Home>

I'm trying to display the processing result in Pandas Dataframe in real time during execution.
Iterating with the For statement, the result of each time is one line of Dataframe.
Since the For statement does a lot of processing, I want to check the output result even during execution, how can I display the Dataframe in real time during execution and keep updating it?


The output image looks like this. What I want to achieve is to visualize that the output result is updated every time each line is added.

I want to do something like the Panda DataFrame version of Print ('aaa', flush = True).

pandas does not support flush, and when it is set to Print, it disappears in the form of Pandas data frame and is not displayed as expected.

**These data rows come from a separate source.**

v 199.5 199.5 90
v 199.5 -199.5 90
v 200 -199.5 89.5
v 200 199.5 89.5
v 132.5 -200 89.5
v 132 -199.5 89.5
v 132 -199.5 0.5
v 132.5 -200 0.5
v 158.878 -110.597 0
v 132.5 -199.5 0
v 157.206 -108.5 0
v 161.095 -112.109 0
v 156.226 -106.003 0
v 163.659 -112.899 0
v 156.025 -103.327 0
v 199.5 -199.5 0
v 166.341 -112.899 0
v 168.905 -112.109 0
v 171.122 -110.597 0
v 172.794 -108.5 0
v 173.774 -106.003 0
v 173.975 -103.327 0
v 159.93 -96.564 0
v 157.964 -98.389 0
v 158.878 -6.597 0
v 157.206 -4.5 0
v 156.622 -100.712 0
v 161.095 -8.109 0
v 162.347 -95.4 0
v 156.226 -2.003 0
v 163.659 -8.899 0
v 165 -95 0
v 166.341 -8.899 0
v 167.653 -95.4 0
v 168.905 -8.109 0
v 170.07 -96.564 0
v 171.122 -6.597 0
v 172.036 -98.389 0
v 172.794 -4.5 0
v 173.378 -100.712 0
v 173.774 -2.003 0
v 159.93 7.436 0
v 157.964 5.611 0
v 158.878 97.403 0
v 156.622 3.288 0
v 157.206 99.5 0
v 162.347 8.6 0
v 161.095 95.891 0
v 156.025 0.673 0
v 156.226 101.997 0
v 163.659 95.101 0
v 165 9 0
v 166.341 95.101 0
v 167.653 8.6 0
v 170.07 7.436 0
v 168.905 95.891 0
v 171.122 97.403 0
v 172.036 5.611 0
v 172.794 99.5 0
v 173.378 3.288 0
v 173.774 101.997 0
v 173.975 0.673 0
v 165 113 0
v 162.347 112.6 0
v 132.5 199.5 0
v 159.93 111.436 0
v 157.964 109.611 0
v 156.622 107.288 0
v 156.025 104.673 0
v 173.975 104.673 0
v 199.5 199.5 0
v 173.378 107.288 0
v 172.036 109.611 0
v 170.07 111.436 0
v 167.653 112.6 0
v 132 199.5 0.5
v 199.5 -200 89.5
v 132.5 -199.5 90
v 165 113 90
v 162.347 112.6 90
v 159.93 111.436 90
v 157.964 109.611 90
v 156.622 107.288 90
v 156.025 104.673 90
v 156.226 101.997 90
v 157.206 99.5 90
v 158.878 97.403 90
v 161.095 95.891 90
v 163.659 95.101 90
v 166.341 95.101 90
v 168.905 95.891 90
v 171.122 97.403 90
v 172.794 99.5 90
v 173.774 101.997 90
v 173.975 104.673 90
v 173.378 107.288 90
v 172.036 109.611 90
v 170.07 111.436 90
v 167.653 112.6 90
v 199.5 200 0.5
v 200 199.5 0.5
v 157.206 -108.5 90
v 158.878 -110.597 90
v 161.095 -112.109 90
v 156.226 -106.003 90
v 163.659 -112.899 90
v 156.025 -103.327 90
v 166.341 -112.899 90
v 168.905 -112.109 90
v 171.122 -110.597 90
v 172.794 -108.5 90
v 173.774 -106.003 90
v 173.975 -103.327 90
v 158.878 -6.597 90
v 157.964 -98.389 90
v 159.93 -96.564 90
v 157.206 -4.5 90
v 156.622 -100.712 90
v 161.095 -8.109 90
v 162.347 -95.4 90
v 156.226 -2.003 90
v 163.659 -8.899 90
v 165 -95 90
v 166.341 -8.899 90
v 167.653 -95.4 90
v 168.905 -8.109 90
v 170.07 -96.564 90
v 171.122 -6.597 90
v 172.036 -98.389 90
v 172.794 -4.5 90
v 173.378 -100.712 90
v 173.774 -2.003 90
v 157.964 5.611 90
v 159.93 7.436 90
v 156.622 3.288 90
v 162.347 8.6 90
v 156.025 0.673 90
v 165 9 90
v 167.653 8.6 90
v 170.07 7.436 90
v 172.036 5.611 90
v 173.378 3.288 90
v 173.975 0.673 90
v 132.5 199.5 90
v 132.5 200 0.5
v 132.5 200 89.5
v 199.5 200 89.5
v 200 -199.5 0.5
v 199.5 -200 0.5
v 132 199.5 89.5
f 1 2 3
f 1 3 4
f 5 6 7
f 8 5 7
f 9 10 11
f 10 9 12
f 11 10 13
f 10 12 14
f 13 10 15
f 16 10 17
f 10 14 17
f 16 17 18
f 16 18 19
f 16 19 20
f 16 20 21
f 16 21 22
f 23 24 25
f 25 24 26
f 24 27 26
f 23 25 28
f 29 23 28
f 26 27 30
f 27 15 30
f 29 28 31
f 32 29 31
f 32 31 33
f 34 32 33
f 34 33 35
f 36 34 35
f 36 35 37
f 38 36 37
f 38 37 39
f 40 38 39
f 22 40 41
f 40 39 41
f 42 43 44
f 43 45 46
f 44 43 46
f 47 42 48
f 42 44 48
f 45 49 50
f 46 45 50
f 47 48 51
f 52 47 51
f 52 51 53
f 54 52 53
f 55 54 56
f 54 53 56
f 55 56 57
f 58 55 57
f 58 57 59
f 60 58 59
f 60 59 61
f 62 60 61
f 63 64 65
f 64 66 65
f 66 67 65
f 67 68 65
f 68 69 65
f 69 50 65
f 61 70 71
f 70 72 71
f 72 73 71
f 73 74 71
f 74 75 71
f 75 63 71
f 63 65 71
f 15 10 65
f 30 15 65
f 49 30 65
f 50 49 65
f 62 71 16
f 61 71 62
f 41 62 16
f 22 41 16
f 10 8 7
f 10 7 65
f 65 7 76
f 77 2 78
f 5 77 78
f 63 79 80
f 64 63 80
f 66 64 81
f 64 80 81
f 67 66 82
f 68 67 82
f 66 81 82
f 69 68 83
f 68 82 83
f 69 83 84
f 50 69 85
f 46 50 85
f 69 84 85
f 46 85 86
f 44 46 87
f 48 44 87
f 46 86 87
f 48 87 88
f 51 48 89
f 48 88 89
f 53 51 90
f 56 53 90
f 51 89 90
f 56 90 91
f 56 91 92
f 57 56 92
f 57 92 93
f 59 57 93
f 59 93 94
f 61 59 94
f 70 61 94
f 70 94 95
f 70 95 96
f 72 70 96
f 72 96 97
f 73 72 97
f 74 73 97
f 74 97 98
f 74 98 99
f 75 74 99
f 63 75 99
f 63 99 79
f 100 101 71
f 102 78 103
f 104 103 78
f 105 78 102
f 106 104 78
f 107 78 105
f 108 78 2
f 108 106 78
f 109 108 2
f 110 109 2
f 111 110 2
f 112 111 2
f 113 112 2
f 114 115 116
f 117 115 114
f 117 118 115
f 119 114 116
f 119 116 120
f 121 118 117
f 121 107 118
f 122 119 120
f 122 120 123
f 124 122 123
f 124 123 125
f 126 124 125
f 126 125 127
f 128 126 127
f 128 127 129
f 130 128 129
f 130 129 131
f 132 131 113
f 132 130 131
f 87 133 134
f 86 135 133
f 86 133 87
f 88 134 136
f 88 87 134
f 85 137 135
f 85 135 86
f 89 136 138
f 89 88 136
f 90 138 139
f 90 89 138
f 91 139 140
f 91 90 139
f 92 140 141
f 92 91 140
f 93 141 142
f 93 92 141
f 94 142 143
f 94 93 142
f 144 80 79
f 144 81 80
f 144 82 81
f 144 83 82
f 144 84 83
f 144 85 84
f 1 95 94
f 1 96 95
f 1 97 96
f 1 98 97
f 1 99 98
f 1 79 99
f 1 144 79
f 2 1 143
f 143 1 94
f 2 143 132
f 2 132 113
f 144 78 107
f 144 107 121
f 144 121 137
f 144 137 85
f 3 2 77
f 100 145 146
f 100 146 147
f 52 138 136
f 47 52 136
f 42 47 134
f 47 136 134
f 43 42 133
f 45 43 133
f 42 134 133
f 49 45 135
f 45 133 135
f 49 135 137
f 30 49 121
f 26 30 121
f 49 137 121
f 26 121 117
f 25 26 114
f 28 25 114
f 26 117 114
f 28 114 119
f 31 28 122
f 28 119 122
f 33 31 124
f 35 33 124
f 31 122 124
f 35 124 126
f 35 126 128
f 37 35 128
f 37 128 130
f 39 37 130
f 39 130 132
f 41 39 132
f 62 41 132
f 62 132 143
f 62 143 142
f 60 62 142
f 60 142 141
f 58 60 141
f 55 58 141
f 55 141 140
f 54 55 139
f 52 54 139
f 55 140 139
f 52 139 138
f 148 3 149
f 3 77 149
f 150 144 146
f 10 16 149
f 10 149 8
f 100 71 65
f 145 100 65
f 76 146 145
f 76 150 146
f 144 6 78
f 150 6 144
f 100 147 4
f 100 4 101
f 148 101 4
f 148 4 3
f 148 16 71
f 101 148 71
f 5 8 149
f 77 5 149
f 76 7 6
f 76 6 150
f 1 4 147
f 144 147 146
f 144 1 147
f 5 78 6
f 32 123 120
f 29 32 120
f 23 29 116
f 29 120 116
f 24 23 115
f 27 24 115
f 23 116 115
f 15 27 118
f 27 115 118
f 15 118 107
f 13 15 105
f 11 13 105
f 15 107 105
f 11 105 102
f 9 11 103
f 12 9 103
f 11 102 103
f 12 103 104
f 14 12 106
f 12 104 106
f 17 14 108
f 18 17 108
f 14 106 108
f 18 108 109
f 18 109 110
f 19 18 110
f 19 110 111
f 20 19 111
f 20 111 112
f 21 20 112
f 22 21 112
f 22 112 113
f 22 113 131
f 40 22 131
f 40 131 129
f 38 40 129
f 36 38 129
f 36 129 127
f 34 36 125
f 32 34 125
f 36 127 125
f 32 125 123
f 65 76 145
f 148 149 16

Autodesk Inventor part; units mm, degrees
ref_plane "YZ Plane" through (0, 0, 0) normal (1, 0, 0) x (0, 1, 0)
sketch "Sketch1" plane through (0, 0, 0) normal (0, 0, 1) x (1, 0, 0)
  line L0 (-132, 200) -> (-200, 200)
  line L1 (-200, 200) -> (-200, -200)
  line L2 (-200, -200) -> (-132, -200)
  line L3 (-132, -200) -> (-132, 200)
  line L4 (200, 200) -> (200, -200)
  line L5 (132, -200) -> (132, 200)
  line L6 (132, 200) -> (200, 200)
  line L7 (132, -200) -> (200, -200)
  point P0 (0, 0)
  point P1 (-132, 0)
  point P2 (132, 0)
  point P3 (-165, 104)
  point P4 (165, 104)
  dimension "d85" = 400
  dimension "d86" = 68
  dimension "d88" = 68
  dimension "d89" = 200
  dimension "d93" = 400
  dimension "d94" = 200
  dimension "d98" = 104
  dimension "d100" = 165
  dimension "d101" = 165
  dimension "d102" = 104
extrude "Extrusion1" [suppressed]
extrude "Extrusion2" add sketch "Sketch1" along normal blind 90 contours L4 L7 L5 L6
hole "Hole1" [suppressed]
pattern_linear "Rectangular Pattern1" [suppressed]
hole "Hole2" at (165, 104, 0) direction (0, 0, 1) diameter 18 depth 90
pattern_linear "Rectangular Pattern2" count 3 spacing 104 along (0, -1, 0) of "Hole2"
ref_plane "Work Plane1" through (0, 0, 90) normal (0, 0, 1) x (1, 0, 0)
ref_plane "Work Plane2" through (0, 0, 0) normal (0, 0, -1) x (-1, 0, 0)
chamfer "Chamfer1" [suppressed]
chamfer "Chamfer2" distance 0.5 angle 45 12 edges at (132, 0, 90) (200, 0, 90) (166, -200, 90) (132, -200, 45) (200, -200, 45) (166, -200, 0) (200, 0, 0) (132, 0, 0) (200, 200, 45) (166, 200, 90) (132, 200, 45) (166, 200, 0)
equation "\"d85\" = L"
equation "\"d86\" = W_"
equation "\"d88\" = W_"
equation "\"d89\" = 0.5 * M_W"
equation "\"d93\" = L"
equation "\"d94\" = 0.5 * M_W"
equation "\"d98\" = 0.5 * S1_L"
equation "\"d100\" = 0.5 * S1_W"
equation "\"d101\" = 0.5 * S1_W"
equation "\"d102\" = 0.5 * S1_L"
equation "\"d20\" = H_"
equation "\"d95\" = H_"
equation "\"d129\" = S1_d1"
equation "\"d134\" = H_"
equation "\"d122\" = S1_d1"
equation "\"d127\" = H_"
equation "\"L\" = 400"
equation "\"W_\" = 68"
equation "\"H_\" = 90"
equation "\"S1_d1\" = 18"
equation "\"M_W\" = 400"
equation "\"S1_L\" = 208"
equation "\"S1_W\" = 330"
properties part number "SA-SB-400x400x90" material "S 55 C"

AttributeError:'DataFrame' object has no attribute'flush'
Corresponding source code
At the end of processing in the For statement, the following Dataframe processing is performed. It's a mess, but it's all DataFrame variables.
#Data extraction
## I want to make a list to determine whether the retrieved HTML was valid or an error
for i in range (number of URLs):
    dfname ='df' + str (i)
    for url in URLs_list:
        try: try:
            response = requests.get (url)
            response.encoding = response.apparent_encoding
            soup = BeautifulSoup (response.text,'html.parser')
            title = []
            for i in soup.find_all ('p',):## Remove line feed code
               title.append (i.getText () [0:] .replace ('\ n',''))
            for i in soup.find_all ('td',):
                title.append (i.getText () [0:] .replace ('\ n',''))
            #Convert list to one continuous string
            mojiretu =''. join (title)
            #List search results
            result = []
            for keyword in Keywords_list:
                result.append (mojiretu.count (str (keyword)))
            dfname = pd.DataFrame (result, columns = [url])
            df [url] = dfname
        except Exception:
            result = []
            for i in Keywords_list:
                result.append (0)
            dfname = pd.DataFrame (result, columns = [url])
            df [url] = dfname
    Processed into #Pandas Dataframe
    dfset = df.set_index ('Keywords')
    reversedf = dfset.transpose ()
    reversedf = reversedf.astype (int)
    reversedf ['Total'] = reversedf.sum (axis = 1)reversedf_ascend = reversedf.sort_values ​​('Total', ascending = False)
    display (reversedf_ascend)

As mentioned above, it was abandoned because it was not output in Dataframe when Flush = True of Print. Other than that, I don't know how to do it and haven't tried it.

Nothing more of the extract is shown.